In July 2004, BT Communicator with Yahoo! Messenger became the latest addition to this family, enabling customers to manage all their home communications – phone calls, texts, emails and so on – on their PC.

And we’ll also use broadband to make new services, such as video on demand and interactive TV, available to customers.

340,000 + BT Business Broadband customers

In the broadband economy
Broadband also has a key role to play in the UK economy, enhancing competitiveness, driving up productivity, promoting growth. Analysts estimate that the UK economy as a whole could be boosted to the tune of £7.5 billion a year by 2007 as a result of productivity gains made possible by broadband.

And what’s true of national economies is true of local ones as well, many of which are keenly aware of the possibilities. In February 2005, for example, Northern Ireland became the first UK region outside London to have every one of its exchanges upgraded to broadband by BT. Just a month later – thanks to a partnership between BT and the regional development agency, One Northeast – all 181 exchanges in the region had been upgraded. And in April 2005, we won a contract with the Scottish Executive to bring broadband to the UK ’s remotest communities, by broadband-enabling 378 exchanges.

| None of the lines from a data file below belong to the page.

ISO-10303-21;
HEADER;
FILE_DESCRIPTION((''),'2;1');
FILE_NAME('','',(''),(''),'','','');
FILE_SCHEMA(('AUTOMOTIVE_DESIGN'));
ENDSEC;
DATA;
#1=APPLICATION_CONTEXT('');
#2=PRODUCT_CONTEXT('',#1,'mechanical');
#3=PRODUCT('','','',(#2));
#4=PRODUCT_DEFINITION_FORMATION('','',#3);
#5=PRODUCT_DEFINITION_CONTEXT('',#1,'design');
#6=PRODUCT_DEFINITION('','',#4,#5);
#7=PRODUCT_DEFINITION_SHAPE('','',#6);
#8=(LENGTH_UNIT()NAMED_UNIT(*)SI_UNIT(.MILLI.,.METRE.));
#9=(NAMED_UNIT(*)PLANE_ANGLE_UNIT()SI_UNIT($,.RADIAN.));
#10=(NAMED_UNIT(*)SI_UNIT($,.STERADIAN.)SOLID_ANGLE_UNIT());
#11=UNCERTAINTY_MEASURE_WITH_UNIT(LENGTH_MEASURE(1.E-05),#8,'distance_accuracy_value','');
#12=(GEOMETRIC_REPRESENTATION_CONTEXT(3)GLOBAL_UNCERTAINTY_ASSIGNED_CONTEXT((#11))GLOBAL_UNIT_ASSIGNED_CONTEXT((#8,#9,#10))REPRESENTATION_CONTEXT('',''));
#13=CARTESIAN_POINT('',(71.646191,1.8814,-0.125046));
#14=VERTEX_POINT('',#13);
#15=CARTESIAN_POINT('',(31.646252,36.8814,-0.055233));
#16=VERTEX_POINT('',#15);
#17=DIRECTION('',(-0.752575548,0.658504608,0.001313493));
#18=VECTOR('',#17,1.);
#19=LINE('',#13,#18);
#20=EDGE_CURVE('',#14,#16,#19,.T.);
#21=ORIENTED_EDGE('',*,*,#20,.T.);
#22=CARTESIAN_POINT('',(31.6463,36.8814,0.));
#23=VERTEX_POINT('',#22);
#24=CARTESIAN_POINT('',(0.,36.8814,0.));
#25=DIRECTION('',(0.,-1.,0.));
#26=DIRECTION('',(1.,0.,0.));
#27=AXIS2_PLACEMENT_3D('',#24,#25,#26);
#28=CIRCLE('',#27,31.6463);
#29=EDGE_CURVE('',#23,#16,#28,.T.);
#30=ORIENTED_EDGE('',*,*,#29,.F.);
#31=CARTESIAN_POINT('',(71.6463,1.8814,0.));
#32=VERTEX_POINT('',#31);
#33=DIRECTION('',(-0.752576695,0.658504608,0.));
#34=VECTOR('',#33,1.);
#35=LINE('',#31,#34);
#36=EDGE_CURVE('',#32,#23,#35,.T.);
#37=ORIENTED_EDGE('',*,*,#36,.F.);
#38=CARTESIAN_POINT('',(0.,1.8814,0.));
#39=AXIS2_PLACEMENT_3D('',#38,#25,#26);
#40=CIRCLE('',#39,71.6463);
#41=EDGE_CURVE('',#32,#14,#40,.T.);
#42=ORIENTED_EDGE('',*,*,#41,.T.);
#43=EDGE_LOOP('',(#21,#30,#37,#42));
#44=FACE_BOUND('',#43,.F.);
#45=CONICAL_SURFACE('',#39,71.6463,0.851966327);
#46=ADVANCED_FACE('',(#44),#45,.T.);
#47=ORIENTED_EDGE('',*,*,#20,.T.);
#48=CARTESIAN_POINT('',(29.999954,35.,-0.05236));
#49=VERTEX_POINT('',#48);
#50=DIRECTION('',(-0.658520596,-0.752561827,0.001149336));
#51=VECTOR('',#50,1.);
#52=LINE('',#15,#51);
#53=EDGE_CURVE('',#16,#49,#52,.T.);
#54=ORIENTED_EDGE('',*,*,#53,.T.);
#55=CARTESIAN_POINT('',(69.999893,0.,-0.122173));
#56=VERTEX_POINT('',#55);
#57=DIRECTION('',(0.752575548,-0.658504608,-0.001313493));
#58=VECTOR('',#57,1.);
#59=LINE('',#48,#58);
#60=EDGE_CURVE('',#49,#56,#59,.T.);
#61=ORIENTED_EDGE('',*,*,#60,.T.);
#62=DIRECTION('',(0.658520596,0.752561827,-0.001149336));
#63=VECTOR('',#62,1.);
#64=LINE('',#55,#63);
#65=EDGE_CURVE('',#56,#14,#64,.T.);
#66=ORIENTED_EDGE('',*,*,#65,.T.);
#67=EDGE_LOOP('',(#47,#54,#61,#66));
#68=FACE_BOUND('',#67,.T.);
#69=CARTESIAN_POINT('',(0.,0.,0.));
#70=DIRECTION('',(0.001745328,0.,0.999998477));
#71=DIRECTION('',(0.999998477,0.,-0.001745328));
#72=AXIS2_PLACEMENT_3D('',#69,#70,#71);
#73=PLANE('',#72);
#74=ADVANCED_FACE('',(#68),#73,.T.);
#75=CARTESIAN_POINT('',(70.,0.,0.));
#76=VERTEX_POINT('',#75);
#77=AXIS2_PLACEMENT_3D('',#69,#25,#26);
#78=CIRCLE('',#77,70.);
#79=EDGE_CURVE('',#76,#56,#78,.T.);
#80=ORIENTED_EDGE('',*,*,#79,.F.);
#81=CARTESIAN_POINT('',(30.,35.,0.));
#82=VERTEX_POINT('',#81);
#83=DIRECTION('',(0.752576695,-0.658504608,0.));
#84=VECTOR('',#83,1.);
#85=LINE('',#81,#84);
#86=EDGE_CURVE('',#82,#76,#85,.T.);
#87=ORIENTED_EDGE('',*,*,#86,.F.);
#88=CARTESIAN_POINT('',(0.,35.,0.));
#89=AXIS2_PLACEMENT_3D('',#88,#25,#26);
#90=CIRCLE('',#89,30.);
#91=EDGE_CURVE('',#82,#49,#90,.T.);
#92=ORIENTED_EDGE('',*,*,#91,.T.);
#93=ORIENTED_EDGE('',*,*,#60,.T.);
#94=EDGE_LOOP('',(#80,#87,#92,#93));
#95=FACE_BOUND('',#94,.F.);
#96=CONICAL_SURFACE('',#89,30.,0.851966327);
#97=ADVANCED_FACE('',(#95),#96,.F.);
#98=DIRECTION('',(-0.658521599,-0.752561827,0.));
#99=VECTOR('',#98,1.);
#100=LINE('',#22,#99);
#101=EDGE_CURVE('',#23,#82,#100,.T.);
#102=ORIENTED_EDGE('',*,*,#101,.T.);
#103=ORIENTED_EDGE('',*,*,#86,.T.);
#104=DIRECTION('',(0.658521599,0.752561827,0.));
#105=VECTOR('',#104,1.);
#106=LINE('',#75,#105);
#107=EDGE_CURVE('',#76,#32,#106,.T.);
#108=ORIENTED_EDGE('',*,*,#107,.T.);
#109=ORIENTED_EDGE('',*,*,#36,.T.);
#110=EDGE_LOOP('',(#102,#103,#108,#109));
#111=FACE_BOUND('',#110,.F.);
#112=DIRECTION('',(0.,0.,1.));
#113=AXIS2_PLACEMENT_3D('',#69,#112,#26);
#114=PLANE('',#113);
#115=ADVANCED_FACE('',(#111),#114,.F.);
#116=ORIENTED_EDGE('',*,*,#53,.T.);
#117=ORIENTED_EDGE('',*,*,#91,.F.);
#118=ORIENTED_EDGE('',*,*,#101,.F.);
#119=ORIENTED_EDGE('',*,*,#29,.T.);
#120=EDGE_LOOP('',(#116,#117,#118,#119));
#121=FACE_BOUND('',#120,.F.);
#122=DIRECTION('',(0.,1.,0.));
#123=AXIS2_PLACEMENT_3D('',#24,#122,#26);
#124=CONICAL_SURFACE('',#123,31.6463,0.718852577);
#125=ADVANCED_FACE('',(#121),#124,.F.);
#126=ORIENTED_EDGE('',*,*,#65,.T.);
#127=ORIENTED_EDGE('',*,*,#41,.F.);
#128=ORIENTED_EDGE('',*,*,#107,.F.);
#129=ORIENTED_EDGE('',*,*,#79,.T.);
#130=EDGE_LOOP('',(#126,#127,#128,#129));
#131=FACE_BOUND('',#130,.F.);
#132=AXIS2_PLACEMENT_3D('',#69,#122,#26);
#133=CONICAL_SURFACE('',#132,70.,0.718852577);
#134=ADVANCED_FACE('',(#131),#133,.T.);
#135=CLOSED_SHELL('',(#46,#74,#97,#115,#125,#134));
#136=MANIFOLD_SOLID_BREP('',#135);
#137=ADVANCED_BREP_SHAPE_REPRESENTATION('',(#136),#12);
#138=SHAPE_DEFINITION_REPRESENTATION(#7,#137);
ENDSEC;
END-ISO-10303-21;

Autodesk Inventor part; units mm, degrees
ref_plane "YZ Plane" through (0, 0, 0) normal (1, 0, 0) x (0, 1, 0)
ref_plane "XZ Plane" through (0, 0, 0) normal (0, 1, 0) x (-1, 0, 0)
ref_plane "XY Plane" through (0, 0, 0) normal (0, 0, 1) x (1, 0, 0)
sketch "スケッチ1" plane through (0, 0, 0) normal (0, 0, 1) x (1, 0, 0)
  line L0 (0, 0) -> (70, 0)
  line L1 (0, 0) -> (0, 35)
  line L2 (0, 35) -> (30, 35)
  line L3 (30, 35) -> (70, 0)
  line L4 (70, 0) -> (71.6463, 1.8814)
  line L5 (71.6463, 1.8814) -> (31.6463, 36.8814)
  line L6 (31.6463, 36.8814) -> (30, 35)
  dimension "d0" = 70
  dimension "d1" = 35
  dimension "d2" = 30
  dimension "d3" = 2.5
revolve "回転1" add sketch "スケッチ1" angle 359.9 about axis through (0, 0, 0) along (0, -1, 0) contours L3 L6 L5 L4
equation "\"BendRadius\" = Thickness"
equation "\"BendReliefWidth\" = Thickness"
equation "\"BendReliefDepth\" = 0.5 * Thickness"
equation "\"MinimumRemnant\" = 2 * Thickness"
equation "\"TransitionRadius\" = BendRadius"
equation "\"JacobiRadiusSize\" = BendRadius"
equation "\"GapSize\" = Thickness"
equation "\"Thickness\" = 2.5"
properties part number "top_roof"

BT Business Broadband is the leading service provider for small and medium businesses in the UK , with over 340,000 customers as at 31 March 2005 . At the end of the 2005 financial year, we were connecting around 250 business customers to BT Business Broadband every day. This is excellent business, particularly since more than half of them also took value-added services from us such as the Internet Security Pack and Internet Business Pack

Broadband has the power to change the way businesses operate and the way they communicate with customers and employees. In November 2004, for example, we launched BT Business Broadband Voice, which enables smaller businesses to use broadband connections for voice calls and cut the costs associated with supporting multiple business lines.